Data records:
+++

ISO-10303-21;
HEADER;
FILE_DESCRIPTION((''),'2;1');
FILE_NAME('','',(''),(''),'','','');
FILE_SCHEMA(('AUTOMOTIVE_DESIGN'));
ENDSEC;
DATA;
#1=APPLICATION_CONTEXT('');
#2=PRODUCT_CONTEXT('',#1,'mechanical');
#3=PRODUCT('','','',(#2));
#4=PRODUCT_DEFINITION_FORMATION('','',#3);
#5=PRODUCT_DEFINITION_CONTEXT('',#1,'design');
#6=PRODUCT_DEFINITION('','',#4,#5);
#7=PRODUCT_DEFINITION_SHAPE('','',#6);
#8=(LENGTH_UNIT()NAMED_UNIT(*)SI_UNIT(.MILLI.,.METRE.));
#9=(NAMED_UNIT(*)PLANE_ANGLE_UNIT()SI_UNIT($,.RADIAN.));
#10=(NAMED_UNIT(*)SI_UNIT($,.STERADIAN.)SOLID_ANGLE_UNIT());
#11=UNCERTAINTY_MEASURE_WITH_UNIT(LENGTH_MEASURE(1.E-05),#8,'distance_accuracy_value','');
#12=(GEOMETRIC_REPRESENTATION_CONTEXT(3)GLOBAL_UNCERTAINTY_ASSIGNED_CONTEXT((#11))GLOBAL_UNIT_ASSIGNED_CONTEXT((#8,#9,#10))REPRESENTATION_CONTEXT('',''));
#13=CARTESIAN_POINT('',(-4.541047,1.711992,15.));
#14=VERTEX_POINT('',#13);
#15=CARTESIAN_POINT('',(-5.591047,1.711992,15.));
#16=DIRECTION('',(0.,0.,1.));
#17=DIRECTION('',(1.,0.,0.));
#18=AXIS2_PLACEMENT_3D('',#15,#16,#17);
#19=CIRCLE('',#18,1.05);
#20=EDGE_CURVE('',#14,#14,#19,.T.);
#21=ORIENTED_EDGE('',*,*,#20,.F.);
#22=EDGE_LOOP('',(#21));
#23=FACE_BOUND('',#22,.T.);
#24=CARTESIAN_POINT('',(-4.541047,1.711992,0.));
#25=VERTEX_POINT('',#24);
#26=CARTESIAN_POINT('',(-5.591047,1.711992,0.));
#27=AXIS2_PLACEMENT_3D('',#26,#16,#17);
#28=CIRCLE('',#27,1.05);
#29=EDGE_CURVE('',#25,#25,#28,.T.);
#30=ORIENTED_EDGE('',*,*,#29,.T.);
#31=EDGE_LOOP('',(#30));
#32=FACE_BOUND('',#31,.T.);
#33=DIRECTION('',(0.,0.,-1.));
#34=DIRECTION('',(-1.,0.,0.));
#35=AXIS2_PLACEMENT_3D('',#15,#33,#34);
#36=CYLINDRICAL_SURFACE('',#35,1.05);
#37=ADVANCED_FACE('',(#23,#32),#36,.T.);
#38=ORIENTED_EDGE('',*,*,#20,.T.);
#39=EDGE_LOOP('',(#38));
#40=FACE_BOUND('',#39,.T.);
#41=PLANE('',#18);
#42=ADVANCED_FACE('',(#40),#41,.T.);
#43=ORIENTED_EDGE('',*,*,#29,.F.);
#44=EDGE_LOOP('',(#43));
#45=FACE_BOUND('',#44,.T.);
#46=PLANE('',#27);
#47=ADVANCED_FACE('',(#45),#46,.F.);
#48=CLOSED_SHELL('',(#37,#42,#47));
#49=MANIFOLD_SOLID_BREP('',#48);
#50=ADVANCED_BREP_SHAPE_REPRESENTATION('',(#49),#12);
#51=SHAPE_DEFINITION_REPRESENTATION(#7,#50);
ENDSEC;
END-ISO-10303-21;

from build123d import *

# Parameters (mm, degrees)
ESQUISSE1_R        = 1.05
BOSS_EXTRU_1_DEPTH = 15


with BuildPart() as part:
    # Esquisse1 → Boss.-Extru.1 (new body)
    with BuildSketch(Plane.XY):
        with Locations((-5.591047199, 1.711992037)):
            Circle(ESQUISSE1_R)
    extrude(amount=BOSS_EXTRU_1_DEPTH)


solid = part.part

+++

ABOUT THIS TASK: Your task is to retype the records above exactly.

ANSWER BOX:
ISO-10303-21;
HEADER;
FILE_DESCRIPTION((''),'2;1');
FILE_NAME('','',(''),(''),'','','');
FILE_SCHEMA(('AUTOMOTIVE_DESIGN'));
ENDSEC;
DATA;
#1=APPLICATION_CONTEXT('');
#2=PRODUCT_CONTEXT('',#1,'mechanical');
#3=PRODUCT('','','',(#2));
#4=PRODUCT_DEFINITION_FORMATION('','',#3);
#5=PRODUCT_DEFINITION_CONTEXT('',#1,'design');
#6=PRODUCT_DEFINITION('','',#4,#5);
#7=PRODUCT_DEFINITION_SHAPE('','',#6);
#8=(LENGTH_UNIT()NAMED_UNIT(*)SI_UNIT(.MILLI.,.METRE.));
#9=(NAMED_UNIT(*)PLANE_ANGLE_UNIT()SI_UNIT($,.RADIAN.));
#10=(NAMED_UNIT(*)SI_UNIT($,.STERADIAN.)SOLID_ANGLE_UNIT());
#11=UNCERTAINTY_MEASURE_WITH_UNIT(LENGTH_MEASURE(1.E-05),#8,'distance_accuracy_value','');
#12=(GEOMETRIC_REPRESENTATION_CONTEXT(3)GLOBAL_UNCERTAINTY_ASSIGNED_CONTEXT((#11))GLOBAL_UNIT_ASSIGNED_CONTEXT((#8,#9,#10))REPRESENTATION_CONTEXT('',''));
#13=CARTESIAN_POINT('',(-4.541047,1.711992,15.));
#14=VERTEX_POINT('',#13);
#15=CARTESIAN_POINT('',(-5.591047,1.711992,15.));
#16=DIRECTION('',(0.,0.,1.));
#17=DIRECTION('',(1.,0.,0.));
#18=AXIS2_PLACEMENT_3D('',#15,#16,#17);
#19=CIRCLE('',#18,1.05);
#20=EDGE_CURVE('',#14,#14,#19,.T.);
#21=ORIENTED_EDGE('',*,*,#20,.F.);
#22=EDGE_LOOP('',(#21));
#23=FACE_BOUND('',#22,.T.);
#24=CARTESIAN_POINT('',(-4.541047,1.711992,0.));
#25=VERTEX_POINT('',#24);
#26=CARTESIAN_POINT('',(-5.591047,1.711992,0.));
#27=AXIS2_PLACEMENT_3D('',#26,#16,#17);
#28=CIRCLE('',#27,1.05);
#29=EDGE_CURVE('',#25,#25,#28,.T.);
#30=ORIENTED_EDGE('',*,*,#29,.T.);
#31=EDGE_LOOP('',(#30));
#32=FACE_BOUND('',#31,.T.);
#33=DIRECTION('',(0.,0.,-1.));
#34=DIRECTION('',(-1.,0.,0.));
#35=AXIS2_PLACEMENT_3D('',#15,#33,#34);
#36=CYLINDRICAL_SURFACE('',#35,1.05);
#37=ADVANCED_FACE('',(#23,#32),#36,.T.);
#38=ORIENTED_EDGE('',*,*,#20,.T.);
#39=EDGE_LOOP('',(#38));
#40=FACE_BOUND('',#39,.T.);
#41=PLANE('',#18);
#42=ADVANCED_FACE('',(#40),#41,.T.);
#43=ORIENTED_EDGE('',*,*,#29,.F.);
#44=EDGE_LOOP('',(#43));
#45=FACE_BOUND('',#44,.T.);
#46=PLANE('',#27);
#47=ADVANCED_FACE('',(#45),#46,.F.);
#48=CLOSED_SHELL('',(#37,#42,#47));
#49=MANIFOLD_SOLID_BREP('',#48);
#50=ADVANCED_BREP_SHAPE_REPRESENTATION('',(#49),#12);
#51=SHAPE_DEFINITION_REPRESENTATION(#7,#50);
ENDSEC;
END-ISO-10303-21;

from build123d import *

# Parameters (mm, degrees)
ESQUISSE1_R        = 1.05
BOSS_EXTRU_1_DEPTH = 15


with BuildPart() as part:
    # Esquisse1 → Boss.-Extru.1 (new body)
    with BuildSketch(Plane.XY):
        with Locations((-5.591047199, 1.711992037)):
            Circle(ESQUISSE1_R)
    extrude(amount=BOSS_EXTRU_1_DEPTH)


solid = part.part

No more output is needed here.